## Extracted material
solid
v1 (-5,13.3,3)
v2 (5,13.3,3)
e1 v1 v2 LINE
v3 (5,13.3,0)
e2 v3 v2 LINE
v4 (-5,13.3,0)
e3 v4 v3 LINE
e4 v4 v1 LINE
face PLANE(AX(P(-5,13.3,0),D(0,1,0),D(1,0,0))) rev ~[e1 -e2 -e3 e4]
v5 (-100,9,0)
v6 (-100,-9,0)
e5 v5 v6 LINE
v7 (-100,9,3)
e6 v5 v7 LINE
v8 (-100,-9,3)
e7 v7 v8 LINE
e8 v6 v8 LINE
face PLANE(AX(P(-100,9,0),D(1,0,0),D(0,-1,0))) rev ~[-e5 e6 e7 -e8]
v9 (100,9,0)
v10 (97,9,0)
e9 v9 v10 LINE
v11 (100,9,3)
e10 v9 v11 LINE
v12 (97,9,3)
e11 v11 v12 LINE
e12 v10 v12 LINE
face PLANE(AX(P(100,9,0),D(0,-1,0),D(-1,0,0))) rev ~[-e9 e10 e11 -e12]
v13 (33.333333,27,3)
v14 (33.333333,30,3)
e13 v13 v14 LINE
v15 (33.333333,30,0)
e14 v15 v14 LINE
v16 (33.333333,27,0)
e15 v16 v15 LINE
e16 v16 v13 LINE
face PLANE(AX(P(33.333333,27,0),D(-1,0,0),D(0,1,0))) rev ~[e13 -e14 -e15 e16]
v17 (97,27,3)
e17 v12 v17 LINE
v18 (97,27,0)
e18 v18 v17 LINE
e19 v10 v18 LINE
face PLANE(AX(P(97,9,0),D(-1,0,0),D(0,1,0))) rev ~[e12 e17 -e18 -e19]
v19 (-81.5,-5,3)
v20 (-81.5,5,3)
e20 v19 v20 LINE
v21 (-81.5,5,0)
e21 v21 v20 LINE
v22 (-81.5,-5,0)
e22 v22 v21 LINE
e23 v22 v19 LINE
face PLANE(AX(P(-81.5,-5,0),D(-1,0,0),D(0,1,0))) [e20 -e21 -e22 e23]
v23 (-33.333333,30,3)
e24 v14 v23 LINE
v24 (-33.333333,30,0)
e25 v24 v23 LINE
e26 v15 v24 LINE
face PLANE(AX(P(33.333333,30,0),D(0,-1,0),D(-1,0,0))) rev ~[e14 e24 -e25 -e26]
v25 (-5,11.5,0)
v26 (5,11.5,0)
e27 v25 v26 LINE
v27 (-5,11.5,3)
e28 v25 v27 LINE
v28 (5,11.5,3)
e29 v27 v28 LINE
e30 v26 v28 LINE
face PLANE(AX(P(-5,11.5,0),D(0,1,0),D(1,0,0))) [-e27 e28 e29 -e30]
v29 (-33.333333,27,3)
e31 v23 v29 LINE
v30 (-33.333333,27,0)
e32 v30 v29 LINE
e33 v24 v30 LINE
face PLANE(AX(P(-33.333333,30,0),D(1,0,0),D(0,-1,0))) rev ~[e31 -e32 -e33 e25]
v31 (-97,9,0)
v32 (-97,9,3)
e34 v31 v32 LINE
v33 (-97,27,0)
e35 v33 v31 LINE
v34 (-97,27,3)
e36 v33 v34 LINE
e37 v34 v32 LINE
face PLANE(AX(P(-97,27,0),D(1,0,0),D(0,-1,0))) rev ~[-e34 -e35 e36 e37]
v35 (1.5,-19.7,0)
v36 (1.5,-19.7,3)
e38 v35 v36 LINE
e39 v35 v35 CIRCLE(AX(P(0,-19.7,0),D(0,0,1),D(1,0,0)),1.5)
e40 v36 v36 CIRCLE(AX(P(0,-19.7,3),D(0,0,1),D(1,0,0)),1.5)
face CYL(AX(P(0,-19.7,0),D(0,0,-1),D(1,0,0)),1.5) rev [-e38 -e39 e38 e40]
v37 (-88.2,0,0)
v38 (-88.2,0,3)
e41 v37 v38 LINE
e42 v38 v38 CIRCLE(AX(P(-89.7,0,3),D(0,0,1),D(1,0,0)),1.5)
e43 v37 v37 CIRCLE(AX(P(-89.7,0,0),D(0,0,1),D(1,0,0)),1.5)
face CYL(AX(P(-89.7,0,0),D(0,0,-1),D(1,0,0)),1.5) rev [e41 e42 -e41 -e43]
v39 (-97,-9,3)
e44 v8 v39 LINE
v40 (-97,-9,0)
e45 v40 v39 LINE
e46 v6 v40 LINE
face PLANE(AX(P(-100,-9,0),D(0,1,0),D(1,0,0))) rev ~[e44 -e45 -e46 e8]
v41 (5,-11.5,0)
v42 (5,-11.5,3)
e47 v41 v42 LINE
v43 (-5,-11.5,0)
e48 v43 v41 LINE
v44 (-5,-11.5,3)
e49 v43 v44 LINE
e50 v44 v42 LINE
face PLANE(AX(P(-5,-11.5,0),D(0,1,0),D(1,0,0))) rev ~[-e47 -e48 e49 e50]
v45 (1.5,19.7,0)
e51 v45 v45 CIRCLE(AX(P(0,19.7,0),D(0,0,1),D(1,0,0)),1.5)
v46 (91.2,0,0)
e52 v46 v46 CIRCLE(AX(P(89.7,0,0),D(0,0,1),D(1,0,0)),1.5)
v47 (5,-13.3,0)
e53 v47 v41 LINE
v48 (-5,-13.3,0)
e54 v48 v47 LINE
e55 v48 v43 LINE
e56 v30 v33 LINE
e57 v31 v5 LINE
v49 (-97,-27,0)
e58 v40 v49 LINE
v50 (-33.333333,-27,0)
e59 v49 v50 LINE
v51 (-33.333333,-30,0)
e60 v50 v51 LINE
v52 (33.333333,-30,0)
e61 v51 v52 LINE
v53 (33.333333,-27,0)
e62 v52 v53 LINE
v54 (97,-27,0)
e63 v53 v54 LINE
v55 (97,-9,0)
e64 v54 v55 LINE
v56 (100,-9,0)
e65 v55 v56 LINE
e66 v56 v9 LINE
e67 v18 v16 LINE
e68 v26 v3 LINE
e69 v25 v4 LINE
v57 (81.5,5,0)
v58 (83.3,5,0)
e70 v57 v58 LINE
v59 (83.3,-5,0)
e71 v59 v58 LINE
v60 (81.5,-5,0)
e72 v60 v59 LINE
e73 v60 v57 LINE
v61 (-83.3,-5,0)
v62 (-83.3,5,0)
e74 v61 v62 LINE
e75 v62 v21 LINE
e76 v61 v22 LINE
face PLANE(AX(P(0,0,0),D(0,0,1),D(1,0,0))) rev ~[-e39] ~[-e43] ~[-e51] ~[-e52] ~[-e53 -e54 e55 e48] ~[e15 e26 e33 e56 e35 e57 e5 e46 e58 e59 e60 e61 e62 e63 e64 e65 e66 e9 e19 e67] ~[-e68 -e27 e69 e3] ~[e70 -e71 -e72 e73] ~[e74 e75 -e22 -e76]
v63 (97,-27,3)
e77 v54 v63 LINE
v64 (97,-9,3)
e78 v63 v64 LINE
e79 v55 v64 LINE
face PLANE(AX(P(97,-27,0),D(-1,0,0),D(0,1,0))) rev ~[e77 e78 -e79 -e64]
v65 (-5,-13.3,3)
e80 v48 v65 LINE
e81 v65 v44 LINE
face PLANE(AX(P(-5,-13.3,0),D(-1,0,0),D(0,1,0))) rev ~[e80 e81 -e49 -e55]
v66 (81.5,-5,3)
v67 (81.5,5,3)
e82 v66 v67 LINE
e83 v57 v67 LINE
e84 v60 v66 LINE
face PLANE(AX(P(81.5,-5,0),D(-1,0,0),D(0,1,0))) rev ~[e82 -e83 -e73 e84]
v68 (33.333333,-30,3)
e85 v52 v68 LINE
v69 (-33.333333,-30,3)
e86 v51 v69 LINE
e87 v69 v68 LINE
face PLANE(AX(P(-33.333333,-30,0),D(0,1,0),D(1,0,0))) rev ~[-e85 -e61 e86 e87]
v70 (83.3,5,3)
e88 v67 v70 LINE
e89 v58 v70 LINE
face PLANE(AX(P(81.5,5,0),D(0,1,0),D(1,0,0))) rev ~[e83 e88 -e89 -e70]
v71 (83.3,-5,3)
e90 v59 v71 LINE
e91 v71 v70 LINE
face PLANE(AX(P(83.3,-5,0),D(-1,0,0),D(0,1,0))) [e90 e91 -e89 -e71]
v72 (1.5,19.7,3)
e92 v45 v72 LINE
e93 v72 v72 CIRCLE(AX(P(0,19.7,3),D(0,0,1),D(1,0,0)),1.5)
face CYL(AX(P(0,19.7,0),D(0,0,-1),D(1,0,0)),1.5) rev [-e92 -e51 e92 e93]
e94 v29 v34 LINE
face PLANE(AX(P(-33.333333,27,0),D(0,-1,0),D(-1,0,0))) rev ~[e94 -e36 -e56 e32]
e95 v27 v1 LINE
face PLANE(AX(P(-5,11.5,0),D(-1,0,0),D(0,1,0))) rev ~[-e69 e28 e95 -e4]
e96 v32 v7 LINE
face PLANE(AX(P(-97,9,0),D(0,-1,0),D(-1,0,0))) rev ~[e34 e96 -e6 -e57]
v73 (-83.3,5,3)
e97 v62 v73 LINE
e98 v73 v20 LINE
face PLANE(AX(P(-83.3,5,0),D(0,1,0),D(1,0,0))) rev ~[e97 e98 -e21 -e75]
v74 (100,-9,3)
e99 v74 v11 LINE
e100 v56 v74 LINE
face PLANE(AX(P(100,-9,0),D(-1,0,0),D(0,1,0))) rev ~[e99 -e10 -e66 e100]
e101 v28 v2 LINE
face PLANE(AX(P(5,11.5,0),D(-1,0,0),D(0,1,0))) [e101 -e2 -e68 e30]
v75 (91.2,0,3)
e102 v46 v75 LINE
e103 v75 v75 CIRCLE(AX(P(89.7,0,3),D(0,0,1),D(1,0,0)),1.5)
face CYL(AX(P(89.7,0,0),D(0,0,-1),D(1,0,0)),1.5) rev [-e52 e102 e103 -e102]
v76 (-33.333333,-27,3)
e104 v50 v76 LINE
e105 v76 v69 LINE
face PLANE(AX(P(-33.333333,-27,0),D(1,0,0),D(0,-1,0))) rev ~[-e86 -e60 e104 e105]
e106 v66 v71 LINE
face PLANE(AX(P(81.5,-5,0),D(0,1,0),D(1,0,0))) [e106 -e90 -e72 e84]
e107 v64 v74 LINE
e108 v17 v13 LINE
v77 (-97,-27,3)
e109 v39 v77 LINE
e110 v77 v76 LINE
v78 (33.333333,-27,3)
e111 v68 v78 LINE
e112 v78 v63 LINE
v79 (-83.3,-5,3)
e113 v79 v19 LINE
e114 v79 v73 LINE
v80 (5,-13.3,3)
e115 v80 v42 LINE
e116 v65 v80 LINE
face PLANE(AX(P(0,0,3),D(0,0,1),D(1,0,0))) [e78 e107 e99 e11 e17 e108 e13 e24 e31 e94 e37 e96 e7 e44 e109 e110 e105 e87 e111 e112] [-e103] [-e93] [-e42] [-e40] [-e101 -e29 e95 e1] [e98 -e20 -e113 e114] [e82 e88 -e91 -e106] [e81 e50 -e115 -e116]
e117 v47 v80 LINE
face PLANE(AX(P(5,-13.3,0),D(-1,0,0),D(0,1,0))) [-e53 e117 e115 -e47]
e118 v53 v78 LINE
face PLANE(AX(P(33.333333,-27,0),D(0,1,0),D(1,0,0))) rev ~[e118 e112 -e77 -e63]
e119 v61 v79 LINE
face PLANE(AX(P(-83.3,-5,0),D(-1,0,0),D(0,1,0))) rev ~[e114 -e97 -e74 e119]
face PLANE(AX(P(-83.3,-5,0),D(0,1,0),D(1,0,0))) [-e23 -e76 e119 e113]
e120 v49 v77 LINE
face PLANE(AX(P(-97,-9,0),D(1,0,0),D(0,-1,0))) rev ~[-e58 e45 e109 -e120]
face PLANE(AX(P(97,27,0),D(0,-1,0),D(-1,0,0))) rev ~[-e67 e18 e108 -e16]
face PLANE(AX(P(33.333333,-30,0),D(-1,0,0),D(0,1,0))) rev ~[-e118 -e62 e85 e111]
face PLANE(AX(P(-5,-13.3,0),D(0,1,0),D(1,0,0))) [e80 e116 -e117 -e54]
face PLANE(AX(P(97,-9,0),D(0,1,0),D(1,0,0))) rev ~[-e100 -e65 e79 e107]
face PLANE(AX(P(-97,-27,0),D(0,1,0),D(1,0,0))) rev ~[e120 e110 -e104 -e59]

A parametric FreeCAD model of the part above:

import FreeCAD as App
import Part
import Sketcher
from FreeCAD import Vector


def add_polygon(sketch, points):
    """Adds a closed chain of lines whose ends are joined by coincident constraints."""
    first, n = sketch.GeometryCount, len(points)
    for a, b in zip(points, points[1:] + points[:1]):
        sketch.addGeometry(Part.LineSegment(App.Vector(*a, 0), App.Vector(*b, 0)), False)
    for i in range(n):
        sketch.addConstraint(Sketcher.Constraint("Coincident", first + i, 2, first + (i + 1) % n, 1))

doc = App.newDocument("Part")
body = doc.addObject("PartDesign::Body", "Body")

# Sketch on XY plane
sketch1 = body.newObject("Sketcher::SketchObject", "Sketch")
sketch1.AttachmentSupport = (doc.getObject("XY_Plane"), [""])
sketch1.MapMode = "FlatFace"
add_polygon(sketch1, [(-33.3, 27), (-97, 27), (-97, 9), (-100, 9), (-100, -9), (-97, -9), (-97, -27), (-33.3, -27), (-33.3, -30), (33.3, -30), (33.3, -27), (97, -27), (97, -9), (100, -9), (100, 9), (97, 9), (97, 27), (33.3, 27), (33.3, 30), (-33.3, 30)])  # lines 0-19
sketch1.addGeometry(Part.Circle(Vector(0, -19.7, 0), Vector(0, 0, 1), 1.5), False)  # 20
add_polygon(sketch1, [(5, -13.3), (-5, -13.3), (-5, -11.5), (5, -11.5)])  # lines 21-24
sketch1.addGeometry(Part.Circle(Vector(-89.7, 0, 0), Vector(0, 0, 1), 1.5), False)  # 25
add_polygon(sketch1, [(-81.5, -5), (-83.3, -5), (-83.3, 5), (-81.5, 5)])  # lines 26-29
add_polygon(sketch1, [(83.3, -5), (81.5, -5), (81.5, 5), (83.3, 5)])  # lines 30-33
sketch1.addGeometry(Part.Circle(Vector(89.7, 0, 0), Vector(0, 0, 1), 1.5), False)  # 34
add_polygon(sketch1, [(5, 11.5), (-5, 11.5), (-5, 13.3), (5, 13.3)])  # lines 35-38
sketch1.addGeometry(Part.Circle(Vector(0, 19.7, 0), Vector(0, 0, 1), 1.5), False)  # 39
sketch1.addConstraint([
    Sketcher.Constraint("Horizontal", 0),
    Sketcher.Constraint("Vertical", 1),
    Sketcher.Constraint("Horizontal", 2),
    Sketcher.Constraint("Vertical", 3),
    Sketcher.Constraint("Horizontal", 4),
    Sketcher.Constraint("Vertical", 5),
    Sketcher.Constraint("Horizontal", 6),
    Sketcher.Constraint("Vertical", 7),
    Sketcher.Constraint("Horizontal", 8),
    Sketcher.Constraint("Vertical", 9),
    Sketcher.Constraint("Horizontal", 10),
    Sketcher.Constraint("Vertical", 11),
    Sketcher.Constraint("Horizontal", 12),
    Sketcher.Constraint("Vertical", 13),
    Sketcher.Constraint("Horizontal", 14),
    Sketcher.Constraint("Vertical", 15),
    Sketcher.Constraint("Horizontal", 16),
    Sketcher.Constraint("Vertical", 17),
    Sketcher.Constraint("Horizontal", 18),
    Sketcher.Constraint("Vertical", 19),
    Sketcher.Constraint("Horizontal", 21),
    Sketcher.Constraint("Vertical", 22),
    Sketcher.Constraint("Horizontal", 23),
    Sketcher.Constraint("Vertical", 24),
    Sketcher.Constraint("Horizontal", 26),
    Sketcher.Constraint("Vertical", 27),
    Sketcher.Constraint("Horizontal", 28),
    Sketcher.Constraint("Vertical", 29),
    Sketcher.Constraint("Horizontal", 30),
    Sketcher.Constraint("Vertical", 31),
    Sketcher.Constraint("Horizontal", 32),
    Sketcher.Constraint("Vertical", 33),
    Sketcher.Constraint("Horizontal", 35),
    Sketcher.Constraint("Vertical", 36),
    Sketcher.Constraint("Horizontal", 37),
    Sketcher.Constraint("Vertical", 38),
    Sketcher.Constraint("Equal", 20, 25),
    Sketcher.Constraint("Equal", 25, 34),
    Sketcher.Constraint("Equal", 34, 39),
    Sketcher.Constraint("Symmetric", 25, 3, 34, 3, -1, 1),
    Sketcher.Constraint("Symmetric", 20, 3, 39, 3, -1, 1),
    Sketcher.Constraint("Symmetric", 0, 2, 10, 2, -1, 1),
    Sketcher.Constraint("Symmetric", 2, 2, 12, 2, -1, 1),
    Sketcher.Constraint("Symmetric", 4, 2, 14, 2, -1, 1),
    Sketcher.Constraint("Symmetric", 6, 2, 16, 2, -1, 1),
    Sketcher.Constraint("Symmetric", 8, 2, 18, 2, -1, 1),
    Sketcher.Constraint("Symmetric", 28, 2, 30, 2, -1, 1),
    Sketcher.Constraint("Symmetric", 26, 2, 32, 2, -1, 1),
    Sketcher.Constraint("Symmetric", 23, 2, 35, 2, -1, 1),
    Sketcher.Constraint("Symmetric", 21, 2, 37, 2, -1, 1),
    Sketcher.Constraint("Symmetric", 6, 2, 9, 2, -2),
    Sketcher.Constraint("Symmetric", 4, 2, 11, 2, -2),
    Sketcher.Constraint("PointOnObject", 20, 3, -2),
    Sketcher.Constraint("PointOnObject", 25, 3, -1),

## Your assignment
Set down exactly the lines of the data above, beginning with the line that has "e82 v66 v67 LINE" and ending with the line that has "v70 (83.3,5,3)", and no others.

## Exercise solution
e82 v66 v67 LINE
e83 v57 v67 LINE
e84 v60 v66 LINE
face PLANE(AX(P(81.5,-5,0),D(-1,0,0),D(0,1,0))) rev ~[e82 -e83 -e73 e84]
v68 (33.333333,-30,3)
e85 v52 v68 LINE
v69 (-33.333333,-30,3)
e86 v51 v69 LINE
e87 v69 v68 LINE
face PLANE(AX(P(-33.333333,-30,0),D(0,1,0),D(1,0,0))) rev ~[-e85 -e61 e86 e87]
v70 (83.3,5,3)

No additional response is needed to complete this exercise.